TLDRs;
- OpenAI warns that accuracy-driven metrics push AI models to guess instead of admitting uncertainty, fueling hallucinations.
- New research shows abstaining models produce fewer errors but are penalized in current leaderboards, worsening AI reliability.
- Hallucinations pose risks for industries like healthcare, finance, and law, where mistakes can trigger penalties and erode trust.
- OpenAI’s GPT-5 reduces hallucinations, but experts say evaluation standards must evolve to reward honesty over confident errors.
OpenAI has sounded the alarm over how current evaluation standards in artificial intelligence may be directly contributing to the widespread problem of hallucinations.
In a newly released research paper, the company argues that benchmarks focused almost exclusively on accuracy incentivize large language models (LLMs) to guess answers rather than acknowledge uncertainty, often leading to confidently wrong outputs.
Hallucinations, defined as false but persuasive AI-generated statements, remain one of the most pressing challenges in the development of reliable AI systems. While LLMs have advanced rapidly in reasoning, coding, and creative writing, OpenAI warns that progress is being undermined by the very metrics used to measure success.
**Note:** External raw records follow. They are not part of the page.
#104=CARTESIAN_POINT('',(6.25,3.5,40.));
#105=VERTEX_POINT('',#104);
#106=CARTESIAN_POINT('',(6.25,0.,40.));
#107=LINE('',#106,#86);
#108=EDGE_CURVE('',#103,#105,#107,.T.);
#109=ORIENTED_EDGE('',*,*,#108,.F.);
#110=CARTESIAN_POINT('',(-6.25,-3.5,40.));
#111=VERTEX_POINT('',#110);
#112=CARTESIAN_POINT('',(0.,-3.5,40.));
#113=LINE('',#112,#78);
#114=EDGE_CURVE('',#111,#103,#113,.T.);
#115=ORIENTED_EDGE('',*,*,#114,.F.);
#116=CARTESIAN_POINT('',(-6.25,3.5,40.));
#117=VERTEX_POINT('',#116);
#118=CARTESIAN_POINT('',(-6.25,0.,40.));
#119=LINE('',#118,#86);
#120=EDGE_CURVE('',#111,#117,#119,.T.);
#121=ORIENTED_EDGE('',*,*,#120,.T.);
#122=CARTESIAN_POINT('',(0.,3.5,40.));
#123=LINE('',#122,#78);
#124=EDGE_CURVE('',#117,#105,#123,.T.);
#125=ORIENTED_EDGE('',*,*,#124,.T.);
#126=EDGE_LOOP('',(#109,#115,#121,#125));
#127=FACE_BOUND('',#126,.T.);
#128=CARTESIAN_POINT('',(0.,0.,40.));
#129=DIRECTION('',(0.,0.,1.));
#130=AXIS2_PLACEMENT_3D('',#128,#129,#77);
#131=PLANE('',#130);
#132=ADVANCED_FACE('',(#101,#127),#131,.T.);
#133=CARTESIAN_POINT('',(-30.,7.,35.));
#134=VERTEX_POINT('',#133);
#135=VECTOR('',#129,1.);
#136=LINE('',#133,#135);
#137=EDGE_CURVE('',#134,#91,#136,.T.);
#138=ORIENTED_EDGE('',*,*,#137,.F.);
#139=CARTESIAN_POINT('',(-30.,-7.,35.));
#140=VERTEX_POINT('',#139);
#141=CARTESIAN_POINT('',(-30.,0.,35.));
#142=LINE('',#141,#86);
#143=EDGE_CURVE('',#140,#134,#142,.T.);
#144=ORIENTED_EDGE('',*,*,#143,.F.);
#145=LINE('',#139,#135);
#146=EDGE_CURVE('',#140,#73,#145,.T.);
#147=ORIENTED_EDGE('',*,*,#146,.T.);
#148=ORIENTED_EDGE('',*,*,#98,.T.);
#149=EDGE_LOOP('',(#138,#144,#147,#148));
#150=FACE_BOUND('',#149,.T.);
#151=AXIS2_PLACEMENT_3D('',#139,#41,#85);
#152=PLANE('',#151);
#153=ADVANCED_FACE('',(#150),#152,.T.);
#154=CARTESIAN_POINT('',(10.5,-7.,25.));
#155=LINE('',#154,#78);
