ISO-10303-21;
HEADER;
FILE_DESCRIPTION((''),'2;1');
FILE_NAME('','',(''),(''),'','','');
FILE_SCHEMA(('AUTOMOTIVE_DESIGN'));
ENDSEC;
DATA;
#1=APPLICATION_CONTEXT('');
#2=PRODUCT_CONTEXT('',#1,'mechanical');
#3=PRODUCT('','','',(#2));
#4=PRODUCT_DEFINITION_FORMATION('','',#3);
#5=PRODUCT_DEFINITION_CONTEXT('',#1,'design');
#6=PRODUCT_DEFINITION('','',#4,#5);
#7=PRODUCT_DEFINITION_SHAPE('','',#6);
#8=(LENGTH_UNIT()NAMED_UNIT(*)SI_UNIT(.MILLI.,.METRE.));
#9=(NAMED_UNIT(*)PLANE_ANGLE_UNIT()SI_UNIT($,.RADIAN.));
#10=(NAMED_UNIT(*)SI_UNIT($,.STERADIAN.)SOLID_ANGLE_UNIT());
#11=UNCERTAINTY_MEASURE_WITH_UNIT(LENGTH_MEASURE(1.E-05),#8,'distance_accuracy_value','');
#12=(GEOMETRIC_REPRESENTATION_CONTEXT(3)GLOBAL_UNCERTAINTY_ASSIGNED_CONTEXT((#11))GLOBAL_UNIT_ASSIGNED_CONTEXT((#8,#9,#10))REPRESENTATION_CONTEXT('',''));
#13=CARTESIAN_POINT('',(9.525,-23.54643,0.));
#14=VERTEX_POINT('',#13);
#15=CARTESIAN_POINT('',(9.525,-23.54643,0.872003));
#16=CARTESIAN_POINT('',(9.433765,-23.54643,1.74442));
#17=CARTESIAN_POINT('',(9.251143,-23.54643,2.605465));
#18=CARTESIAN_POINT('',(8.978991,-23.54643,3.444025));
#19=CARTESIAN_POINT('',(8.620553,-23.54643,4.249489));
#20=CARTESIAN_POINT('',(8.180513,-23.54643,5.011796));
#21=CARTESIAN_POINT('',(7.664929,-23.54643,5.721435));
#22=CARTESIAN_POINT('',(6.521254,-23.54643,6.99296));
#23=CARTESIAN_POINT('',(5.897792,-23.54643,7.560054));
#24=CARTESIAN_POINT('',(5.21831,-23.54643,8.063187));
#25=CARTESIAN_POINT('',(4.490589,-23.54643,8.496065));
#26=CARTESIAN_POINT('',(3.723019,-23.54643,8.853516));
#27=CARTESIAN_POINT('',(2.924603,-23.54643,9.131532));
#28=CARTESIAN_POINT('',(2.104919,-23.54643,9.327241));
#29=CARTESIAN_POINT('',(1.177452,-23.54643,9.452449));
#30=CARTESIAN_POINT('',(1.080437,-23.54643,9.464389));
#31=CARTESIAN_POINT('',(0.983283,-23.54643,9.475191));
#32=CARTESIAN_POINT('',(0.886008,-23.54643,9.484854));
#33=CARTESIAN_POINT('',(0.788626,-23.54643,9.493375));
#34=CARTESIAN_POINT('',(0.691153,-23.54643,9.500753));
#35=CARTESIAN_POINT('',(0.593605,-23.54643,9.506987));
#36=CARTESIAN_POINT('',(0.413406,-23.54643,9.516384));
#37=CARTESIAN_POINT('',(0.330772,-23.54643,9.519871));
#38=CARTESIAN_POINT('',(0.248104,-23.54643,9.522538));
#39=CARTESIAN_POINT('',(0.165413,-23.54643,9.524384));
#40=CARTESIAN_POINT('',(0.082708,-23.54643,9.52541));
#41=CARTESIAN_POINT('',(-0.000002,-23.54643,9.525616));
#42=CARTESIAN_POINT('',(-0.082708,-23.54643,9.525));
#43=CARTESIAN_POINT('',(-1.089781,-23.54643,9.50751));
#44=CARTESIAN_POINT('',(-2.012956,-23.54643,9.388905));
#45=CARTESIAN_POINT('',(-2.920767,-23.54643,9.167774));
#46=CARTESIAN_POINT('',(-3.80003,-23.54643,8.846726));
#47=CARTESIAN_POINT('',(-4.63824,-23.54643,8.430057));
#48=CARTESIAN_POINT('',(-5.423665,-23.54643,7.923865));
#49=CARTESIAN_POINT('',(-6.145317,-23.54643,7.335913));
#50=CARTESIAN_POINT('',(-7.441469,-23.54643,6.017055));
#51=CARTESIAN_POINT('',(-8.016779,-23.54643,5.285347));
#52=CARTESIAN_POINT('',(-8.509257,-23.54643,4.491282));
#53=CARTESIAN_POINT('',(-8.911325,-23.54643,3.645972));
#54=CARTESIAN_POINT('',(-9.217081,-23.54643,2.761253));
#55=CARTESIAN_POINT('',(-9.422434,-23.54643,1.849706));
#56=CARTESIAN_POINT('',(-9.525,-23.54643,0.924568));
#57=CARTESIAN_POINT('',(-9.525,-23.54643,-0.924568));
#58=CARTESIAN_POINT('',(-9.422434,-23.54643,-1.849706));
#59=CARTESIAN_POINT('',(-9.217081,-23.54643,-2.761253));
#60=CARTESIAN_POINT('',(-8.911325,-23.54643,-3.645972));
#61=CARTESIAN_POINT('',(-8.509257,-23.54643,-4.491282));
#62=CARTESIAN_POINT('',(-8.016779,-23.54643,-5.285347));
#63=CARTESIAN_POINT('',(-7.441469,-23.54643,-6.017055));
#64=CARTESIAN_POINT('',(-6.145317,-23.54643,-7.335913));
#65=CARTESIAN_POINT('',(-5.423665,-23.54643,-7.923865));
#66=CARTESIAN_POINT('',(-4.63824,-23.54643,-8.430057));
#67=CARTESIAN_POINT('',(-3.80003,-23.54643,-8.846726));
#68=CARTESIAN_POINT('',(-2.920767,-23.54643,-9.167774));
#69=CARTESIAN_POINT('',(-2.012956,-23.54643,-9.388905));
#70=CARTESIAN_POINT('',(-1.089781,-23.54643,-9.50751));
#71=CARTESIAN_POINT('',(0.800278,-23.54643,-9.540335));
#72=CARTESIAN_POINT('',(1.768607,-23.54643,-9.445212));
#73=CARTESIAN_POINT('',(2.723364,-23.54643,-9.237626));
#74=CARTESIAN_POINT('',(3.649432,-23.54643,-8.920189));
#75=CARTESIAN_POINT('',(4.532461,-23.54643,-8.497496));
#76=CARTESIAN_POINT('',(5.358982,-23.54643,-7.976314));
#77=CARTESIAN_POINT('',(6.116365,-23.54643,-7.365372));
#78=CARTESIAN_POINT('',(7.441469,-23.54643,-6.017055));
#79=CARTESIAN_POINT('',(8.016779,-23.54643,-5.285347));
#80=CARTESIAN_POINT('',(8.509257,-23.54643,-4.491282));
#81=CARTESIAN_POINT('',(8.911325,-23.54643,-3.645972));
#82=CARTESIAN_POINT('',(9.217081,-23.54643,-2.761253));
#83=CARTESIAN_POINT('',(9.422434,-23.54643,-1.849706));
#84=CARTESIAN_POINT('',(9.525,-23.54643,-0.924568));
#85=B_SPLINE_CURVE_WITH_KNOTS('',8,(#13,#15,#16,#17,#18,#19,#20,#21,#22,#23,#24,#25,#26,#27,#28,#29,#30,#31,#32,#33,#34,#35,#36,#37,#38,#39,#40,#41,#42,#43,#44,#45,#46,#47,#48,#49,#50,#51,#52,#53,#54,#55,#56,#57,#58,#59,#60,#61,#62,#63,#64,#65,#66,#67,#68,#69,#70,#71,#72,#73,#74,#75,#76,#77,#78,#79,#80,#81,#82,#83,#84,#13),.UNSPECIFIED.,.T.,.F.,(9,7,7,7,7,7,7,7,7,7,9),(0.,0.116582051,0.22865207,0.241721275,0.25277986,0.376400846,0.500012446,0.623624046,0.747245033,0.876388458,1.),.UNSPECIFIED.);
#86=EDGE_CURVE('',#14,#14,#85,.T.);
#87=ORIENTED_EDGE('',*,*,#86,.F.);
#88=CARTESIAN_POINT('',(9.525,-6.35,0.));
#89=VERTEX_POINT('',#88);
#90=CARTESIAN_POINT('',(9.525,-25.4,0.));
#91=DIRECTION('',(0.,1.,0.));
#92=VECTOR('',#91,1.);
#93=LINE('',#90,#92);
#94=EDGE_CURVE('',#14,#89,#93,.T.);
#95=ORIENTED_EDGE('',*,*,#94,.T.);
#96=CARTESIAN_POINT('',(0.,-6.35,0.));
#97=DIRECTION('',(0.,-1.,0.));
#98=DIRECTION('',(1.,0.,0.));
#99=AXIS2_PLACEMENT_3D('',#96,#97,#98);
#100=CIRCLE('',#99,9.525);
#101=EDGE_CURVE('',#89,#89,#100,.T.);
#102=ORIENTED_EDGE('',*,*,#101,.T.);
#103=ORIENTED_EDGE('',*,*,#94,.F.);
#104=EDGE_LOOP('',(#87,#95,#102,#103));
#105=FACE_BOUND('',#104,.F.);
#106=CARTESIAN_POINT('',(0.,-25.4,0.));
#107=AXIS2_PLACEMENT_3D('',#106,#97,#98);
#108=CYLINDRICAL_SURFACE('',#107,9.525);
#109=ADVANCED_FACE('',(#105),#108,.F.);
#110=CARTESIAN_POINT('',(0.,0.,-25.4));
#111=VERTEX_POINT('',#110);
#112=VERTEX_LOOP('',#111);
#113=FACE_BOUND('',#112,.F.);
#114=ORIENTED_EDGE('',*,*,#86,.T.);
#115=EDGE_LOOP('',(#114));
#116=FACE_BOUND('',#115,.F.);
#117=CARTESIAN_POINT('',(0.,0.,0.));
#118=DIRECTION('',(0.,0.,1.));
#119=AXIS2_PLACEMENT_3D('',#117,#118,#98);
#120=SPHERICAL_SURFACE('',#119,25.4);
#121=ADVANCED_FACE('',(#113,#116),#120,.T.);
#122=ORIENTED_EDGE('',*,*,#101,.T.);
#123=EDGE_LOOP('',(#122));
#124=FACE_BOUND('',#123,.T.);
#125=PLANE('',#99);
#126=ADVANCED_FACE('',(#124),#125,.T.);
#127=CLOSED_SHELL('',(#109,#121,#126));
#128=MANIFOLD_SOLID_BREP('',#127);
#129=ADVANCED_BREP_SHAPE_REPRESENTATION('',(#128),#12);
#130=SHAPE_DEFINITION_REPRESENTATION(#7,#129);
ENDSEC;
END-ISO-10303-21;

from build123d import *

# Parameters (mm, degrees)
F3_R     = 9.525
F4_DEPTH = 19.05


with BuildPart() as f1:
    # F0 (on Front) → F1 (revolve)
    with BuildSketch(Plane.XZ):
        with BuildLine():
            Line((0, 25.4), (0, -25.4))
            ThreePointArc((0, -25.4), (25.4, 0), (0, 25.4))
        make_face()
    revolve(axis=Axis((0, 0, 0), (0, 0, -1)))

    # F3 (on offset) → F4 (cut)
    with BuildSketch(Plane.XZ.offset(25.4)):
        Circle(F3_R)
    extrude(amount=-F4_DEPTH, mode=Mode.SUBTRACT)


solid = f1.part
Research reveals flawed incentives
The study compared two versions of OpenAI models with starkly different results. One model, GPT-5-thinking-mini, abstained from answering 52% of the time when uncertain, producing only a 26% error rate. Another, o4-mini, rarely abstained, but recorded a staggering 75% error rate.
This mismatch demonstrates a core flaw in evaluation frameworks. Much like a multiple-choice test that rewards guessing, accuracy-based leaderboards score abstentions as failures. As a result, models that “play it safe” are ranked lower despite producing fewer falsehoods, while those that guess more aggressively rise higher.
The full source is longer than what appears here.